**What you need to do:** What is needed is an exact copy of the lines in the listing below, from the one with "v 28.4 17.487 0.109" up to and including the one with "v 16.55 2.5 42", with no other lines.

**Records for the task:**
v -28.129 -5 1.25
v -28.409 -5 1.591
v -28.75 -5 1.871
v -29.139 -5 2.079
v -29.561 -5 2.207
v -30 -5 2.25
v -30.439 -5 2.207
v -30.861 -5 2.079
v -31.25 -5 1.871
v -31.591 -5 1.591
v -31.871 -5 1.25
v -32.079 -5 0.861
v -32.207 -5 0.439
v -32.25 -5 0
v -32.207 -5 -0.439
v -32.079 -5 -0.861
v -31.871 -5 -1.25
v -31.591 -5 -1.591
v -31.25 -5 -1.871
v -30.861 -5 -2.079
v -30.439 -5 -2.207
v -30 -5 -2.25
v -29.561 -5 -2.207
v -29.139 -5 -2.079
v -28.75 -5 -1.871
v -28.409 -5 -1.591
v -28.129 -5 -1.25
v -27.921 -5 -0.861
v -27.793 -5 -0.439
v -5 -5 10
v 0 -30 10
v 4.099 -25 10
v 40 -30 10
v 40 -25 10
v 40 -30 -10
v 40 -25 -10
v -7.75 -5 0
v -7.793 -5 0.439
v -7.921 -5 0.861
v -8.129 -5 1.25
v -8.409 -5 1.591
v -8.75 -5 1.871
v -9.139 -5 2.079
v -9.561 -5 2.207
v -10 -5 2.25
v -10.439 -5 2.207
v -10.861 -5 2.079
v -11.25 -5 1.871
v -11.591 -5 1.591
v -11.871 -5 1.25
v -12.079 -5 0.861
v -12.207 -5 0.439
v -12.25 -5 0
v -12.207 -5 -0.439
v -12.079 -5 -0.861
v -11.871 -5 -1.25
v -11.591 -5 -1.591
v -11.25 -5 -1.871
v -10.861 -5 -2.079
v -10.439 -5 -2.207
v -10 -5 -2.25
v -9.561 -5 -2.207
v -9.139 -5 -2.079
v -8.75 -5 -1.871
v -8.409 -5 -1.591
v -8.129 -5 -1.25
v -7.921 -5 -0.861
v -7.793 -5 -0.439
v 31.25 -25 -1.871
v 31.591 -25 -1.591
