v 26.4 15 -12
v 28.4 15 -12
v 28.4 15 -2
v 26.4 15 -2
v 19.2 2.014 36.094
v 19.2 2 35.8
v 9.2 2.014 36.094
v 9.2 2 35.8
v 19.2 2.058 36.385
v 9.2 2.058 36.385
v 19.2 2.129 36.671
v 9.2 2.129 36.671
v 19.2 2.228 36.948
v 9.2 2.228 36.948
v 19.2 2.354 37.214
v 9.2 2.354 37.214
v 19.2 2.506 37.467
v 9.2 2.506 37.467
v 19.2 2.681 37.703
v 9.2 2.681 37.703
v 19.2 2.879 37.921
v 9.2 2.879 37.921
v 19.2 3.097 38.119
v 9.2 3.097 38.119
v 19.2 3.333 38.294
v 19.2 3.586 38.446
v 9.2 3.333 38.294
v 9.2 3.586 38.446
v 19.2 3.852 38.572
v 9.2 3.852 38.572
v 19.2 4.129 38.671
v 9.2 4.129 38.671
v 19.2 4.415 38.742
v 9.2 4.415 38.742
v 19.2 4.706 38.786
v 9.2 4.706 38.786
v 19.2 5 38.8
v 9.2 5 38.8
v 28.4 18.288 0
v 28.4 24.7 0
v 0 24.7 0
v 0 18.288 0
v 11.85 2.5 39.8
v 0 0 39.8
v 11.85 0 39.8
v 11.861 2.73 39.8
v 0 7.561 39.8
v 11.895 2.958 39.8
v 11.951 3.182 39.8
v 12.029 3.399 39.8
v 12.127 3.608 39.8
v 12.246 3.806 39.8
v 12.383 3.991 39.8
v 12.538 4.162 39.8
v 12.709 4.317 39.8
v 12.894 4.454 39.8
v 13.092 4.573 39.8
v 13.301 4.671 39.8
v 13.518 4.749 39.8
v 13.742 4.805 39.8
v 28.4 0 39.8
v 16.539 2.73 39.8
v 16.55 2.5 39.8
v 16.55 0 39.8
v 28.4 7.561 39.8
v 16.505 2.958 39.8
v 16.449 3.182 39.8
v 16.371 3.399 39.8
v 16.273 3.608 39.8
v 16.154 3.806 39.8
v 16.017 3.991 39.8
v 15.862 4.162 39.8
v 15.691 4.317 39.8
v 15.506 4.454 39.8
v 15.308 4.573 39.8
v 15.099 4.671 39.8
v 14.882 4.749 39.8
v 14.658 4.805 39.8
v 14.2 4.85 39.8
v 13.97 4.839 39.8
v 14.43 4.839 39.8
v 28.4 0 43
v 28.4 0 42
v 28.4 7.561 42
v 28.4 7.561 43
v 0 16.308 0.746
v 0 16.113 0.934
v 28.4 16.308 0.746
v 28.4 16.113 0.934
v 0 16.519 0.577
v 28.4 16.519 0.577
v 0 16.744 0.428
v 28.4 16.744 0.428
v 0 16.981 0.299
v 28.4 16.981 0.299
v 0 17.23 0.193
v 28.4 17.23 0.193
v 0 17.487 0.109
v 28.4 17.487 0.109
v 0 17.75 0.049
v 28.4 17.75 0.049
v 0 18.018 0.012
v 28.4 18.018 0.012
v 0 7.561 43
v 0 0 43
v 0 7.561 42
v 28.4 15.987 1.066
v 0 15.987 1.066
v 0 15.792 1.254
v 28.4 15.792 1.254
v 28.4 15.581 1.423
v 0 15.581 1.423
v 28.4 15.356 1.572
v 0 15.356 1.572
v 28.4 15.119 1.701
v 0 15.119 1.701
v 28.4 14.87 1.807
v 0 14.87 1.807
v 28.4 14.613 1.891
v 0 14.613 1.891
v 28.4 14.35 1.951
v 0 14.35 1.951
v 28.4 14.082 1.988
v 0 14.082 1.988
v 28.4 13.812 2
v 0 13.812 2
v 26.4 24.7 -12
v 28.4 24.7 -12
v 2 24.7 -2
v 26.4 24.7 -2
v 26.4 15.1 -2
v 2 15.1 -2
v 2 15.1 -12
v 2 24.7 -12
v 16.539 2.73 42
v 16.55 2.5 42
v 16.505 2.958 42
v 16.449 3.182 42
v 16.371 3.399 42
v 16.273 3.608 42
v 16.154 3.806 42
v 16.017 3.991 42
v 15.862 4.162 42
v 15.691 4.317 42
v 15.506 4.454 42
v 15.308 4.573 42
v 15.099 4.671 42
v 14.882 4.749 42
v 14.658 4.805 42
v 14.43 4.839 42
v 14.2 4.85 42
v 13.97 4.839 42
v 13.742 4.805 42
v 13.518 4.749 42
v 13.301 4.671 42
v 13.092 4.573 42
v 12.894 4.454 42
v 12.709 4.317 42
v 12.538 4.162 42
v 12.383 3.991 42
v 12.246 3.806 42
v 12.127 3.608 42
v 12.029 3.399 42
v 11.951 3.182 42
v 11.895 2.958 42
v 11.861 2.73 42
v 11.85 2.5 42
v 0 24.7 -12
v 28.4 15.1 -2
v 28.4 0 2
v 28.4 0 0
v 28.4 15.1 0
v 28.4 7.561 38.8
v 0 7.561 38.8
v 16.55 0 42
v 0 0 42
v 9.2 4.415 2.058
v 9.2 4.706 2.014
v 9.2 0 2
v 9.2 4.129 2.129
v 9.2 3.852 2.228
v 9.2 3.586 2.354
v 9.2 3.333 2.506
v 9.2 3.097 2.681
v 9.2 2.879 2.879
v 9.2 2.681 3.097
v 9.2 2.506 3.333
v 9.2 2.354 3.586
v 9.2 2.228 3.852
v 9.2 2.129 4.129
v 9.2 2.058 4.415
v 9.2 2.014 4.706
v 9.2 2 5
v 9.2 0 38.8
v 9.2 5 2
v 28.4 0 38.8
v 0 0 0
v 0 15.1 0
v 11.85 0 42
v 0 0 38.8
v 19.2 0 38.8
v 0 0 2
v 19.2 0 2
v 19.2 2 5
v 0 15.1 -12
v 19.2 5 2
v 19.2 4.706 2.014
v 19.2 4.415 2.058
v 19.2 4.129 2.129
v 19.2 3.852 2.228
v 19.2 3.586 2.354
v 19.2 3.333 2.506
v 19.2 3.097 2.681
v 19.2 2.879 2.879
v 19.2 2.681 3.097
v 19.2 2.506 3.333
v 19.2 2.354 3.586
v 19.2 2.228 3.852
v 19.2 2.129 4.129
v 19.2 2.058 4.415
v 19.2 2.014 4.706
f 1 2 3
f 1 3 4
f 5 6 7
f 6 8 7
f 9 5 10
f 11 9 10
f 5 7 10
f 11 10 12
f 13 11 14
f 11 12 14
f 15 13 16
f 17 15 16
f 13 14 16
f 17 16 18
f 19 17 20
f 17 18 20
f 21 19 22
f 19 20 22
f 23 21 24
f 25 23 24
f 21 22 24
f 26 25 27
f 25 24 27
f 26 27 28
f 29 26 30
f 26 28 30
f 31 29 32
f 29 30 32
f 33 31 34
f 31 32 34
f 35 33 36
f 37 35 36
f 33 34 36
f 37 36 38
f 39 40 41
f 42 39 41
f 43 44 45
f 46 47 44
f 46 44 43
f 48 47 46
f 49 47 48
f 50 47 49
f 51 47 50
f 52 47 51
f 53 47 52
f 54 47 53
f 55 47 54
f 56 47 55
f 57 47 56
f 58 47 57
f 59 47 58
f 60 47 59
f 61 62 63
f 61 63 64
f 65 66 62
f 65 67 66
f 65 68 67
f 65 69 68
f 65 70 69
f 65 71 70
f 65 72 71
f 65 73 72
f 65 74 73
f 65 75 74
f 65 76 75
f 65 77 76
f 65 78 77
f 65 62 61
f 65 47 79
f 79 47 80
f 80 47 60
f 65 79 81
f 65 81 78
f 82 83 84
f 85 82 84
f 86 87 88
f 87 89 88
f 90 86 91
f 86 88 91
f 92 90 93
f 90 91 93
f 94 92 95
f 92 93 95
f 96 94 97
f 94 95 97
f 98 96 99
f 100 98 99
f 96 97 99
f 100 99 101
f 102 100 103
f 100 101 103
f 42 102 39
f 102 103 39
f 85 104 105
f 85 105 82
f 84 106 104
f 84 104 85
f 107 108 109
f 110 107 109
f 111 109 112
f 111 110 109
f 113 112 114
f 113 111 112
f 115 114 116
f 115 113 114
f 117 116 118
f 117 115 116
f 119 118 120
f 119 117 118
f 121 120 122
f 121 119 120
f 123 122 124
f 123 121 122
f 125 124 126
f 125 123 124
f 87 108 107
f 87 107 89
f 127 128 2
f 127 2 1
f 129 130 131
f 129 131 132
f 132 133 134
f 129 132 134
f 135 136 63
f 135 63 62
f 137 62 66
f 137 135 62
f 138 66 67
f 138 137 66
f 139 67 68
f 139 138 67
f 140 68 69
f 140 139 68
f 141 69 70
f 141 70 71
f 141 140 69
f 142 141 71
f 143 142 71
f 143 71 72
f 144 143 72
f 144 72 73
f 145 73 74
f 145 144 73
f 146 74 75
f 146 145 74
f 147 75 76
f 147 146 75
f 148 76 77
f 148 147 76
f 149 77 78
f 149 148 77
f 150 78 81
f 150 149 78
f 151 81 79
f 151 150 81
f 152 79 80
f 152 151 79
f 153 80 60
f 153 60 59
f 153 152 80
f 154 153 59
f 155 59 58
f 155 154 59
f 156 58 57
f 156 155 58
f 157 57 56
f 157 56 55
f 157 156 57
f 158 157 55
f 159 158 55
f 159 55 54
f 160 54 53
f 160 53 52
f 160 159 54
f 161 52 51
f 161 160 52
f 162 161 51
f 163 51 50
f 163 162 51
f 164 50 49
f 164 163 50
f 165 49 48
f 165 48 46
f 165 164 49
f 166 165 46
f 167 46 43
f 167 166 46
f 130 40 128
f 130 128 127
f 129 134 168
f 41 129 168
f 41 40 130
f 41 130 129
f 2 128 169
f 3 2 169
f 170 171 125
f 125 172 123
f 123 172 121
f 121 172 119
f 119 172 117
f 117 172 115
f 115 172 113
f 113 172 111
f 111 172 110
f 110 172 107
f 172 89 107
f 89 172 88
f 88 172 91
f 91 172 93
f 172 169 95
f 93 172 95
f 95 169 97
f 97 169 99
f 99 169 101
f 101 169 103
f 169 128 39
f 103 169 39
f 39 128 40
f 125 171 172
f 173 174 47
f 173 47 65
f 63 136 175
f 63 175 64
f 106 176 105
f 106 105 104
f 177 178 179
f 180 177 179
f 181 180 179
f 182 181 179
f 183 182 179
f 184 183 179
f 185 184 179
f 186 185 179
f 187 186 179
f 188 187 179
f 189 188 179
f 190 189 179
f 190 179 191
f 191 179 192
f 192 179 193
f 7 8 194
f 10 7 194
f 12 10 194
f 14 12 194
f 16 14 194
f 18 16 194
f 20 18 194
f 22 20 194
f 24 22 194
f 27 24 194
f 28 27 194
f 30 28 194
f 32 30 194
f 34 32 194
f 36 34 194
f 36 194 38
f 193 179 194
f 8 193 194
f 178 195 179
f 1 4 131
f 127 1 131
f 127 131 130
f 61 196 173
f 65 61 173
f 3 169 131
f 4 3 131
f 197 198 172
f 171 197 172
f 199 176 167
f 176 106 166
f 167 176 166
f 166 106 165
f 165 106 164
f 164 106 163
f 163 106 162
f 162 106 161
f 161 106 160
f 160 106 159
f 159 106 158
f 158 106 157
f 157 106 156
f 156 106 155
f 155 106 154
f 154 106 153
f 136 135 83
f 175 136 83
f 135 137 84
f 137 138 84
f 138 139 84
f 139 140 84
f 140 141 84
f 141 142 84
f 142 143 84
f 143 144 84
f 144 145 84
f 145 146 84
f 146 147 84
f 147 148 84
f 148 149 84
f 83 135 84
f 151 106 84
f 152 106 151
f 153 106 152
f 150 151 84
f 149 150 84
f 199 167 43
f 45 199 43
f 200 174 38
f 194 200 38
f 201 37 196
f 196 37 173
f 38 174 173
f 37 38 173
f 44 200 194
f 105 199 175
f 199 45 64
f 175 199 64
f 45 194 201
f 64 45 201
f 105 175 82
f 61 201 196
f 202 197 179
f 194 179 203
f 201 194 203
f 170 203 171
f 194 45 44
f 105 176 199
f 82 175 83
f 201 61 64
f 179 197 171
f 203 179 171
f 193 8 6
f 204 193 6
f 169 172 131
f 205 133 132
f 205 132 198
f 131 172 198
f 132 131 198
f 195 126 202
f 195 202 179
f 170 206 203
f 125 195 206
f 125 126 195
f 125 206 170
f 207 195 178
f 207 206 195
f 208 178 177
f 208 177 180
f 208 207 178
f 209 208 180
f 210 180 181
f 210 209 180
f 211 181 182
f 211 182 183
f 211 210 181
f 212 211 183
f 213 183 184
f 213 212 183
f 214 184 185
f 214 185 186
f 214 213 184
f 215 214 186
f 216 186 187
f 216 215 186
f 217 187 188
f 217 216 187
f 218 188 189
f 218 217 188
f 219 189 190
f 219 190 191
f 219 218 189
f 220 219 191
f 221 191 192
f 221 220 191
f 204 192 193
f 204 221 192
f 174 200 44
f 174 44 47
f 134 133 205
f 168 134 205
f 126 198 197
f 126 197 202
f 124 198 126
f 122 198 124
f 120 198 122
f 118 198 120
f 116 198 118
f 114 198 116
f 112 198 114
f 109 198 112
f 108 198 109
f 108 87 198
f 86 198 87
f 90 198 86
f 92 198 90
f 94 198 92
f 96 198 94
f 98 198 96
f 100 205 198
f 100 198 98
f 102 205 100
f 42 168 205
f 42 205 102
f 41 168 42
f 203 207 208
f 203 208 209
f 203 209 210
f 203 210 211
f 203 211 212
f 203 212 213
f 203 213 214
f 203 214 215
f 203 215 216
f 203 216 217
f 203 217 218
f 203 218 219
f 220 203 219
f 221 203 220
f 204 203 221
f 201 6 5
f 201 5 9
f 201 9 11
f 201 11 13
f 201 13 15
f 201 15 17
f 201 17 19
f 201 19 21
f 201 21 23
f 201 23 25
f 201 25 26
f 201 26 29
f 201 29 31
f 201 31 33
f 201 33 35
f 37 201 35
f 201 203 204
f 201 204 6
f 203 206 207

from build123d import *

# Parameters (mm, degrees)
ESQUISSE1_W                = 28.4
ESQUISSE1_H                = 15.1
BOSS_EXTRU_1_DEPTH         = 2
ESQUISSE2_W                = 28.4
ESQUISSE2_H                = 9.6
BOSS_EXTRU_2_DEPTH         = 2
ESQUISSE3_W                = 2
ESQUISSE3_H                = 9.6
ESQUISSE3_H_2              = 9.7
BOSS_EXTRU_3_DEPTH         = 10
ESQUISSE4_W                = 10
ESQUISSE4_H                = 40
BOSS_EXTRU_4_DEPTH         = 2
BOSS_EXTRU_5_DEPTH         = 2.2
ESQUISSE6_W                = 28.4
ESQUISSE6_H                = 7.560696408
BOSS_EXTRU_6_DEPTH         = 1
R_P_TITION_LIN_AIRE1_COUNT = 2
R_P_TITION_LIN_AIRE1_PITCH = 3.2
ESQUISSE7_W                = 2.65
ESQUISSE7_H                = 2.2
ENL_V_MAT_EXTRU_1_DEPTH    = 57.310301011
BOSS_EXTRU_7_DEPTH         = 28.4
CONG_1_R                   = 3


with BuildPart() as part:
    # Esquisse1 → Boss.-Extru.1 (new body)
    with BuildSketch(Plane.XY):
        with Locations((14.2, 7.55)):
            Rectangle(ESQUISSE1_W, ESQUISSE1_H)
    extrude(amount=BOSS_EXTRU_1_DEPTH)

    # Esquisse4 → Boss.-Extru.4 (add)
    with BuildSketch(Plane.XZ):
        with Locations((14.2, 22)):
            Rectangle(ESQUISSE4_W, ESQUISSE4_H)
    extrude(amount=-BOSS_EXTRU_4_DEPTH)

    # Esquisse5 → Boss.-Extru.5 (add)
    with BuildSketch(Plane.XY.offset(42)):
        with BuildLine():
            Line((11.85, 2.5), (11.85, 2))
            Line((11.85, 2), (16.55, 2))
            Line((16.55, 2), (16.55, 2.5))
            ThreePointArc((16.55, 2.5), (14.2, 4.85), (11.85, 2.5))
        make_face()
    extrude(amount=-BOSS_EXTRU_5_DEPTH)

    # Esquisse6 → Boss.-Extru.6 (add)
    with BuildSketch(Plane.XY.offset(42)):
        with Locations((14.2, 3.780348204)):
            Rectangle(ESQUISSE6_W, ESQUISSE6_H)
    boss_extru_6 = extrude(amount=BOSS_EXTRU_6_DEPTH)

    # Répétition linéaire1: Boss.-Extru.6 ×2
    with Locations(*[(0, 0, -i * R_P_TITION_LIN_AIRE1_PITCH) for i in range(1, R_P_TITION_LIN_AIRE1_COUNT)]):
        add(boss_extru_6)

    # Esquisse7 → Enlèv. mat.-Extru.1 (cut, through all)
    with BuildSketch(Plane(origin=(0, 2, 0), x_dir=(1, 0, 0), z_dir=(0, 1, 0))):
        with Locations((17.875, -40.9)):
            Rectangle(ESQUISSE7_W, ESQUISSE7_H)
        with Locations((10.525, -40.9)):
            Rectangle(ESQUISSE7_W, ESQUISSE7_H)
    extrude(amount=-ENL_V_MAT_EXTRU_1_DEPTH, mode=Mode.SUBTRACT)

**Solution to this task:**
v 28.4 17.487 0.109
v 0 17.75 0.049
v 28.4 17.75 0.049
v 0 18.018 0.012
v 28.4 18.018 0.012
v 0 7.561 43
v 0 0 43
v 0 7.561 42
v 28.4 15.987 1.066
v 0 15.987 1.066
v 0 15.792 1.254
v 28.4 15.792 1.254
v 28.4 15.581 1.423
v 0 15.581 1.423
v 28.4 15.356 1.572
v 0 15.356 1.572
v 28.4 15.119 1.701
v 0 15.119 1.701
v 28.4 14.87 1.807
v 0 14.87 1.807
v 28.4 14.613 1.891
v 0 14.613 1.891
v 28.4 14.35 1.951
v 0 14.35 1.951
v 28.4 14.082 1.988
v 0 14.082 1.988
v 28.4 13.812 2
v 0 13.812 2
v 26.4 24.7 -12
v 28.4 24.7 -12
v 2 24.7 -2
v 26.4 24.7 -2
v 26.4 15.1 -2
v 2 15.1 -2
v 2 15.1 -12
v 2 24.7 -12
v 16.539 2.73 42
v 16.55 2.5 42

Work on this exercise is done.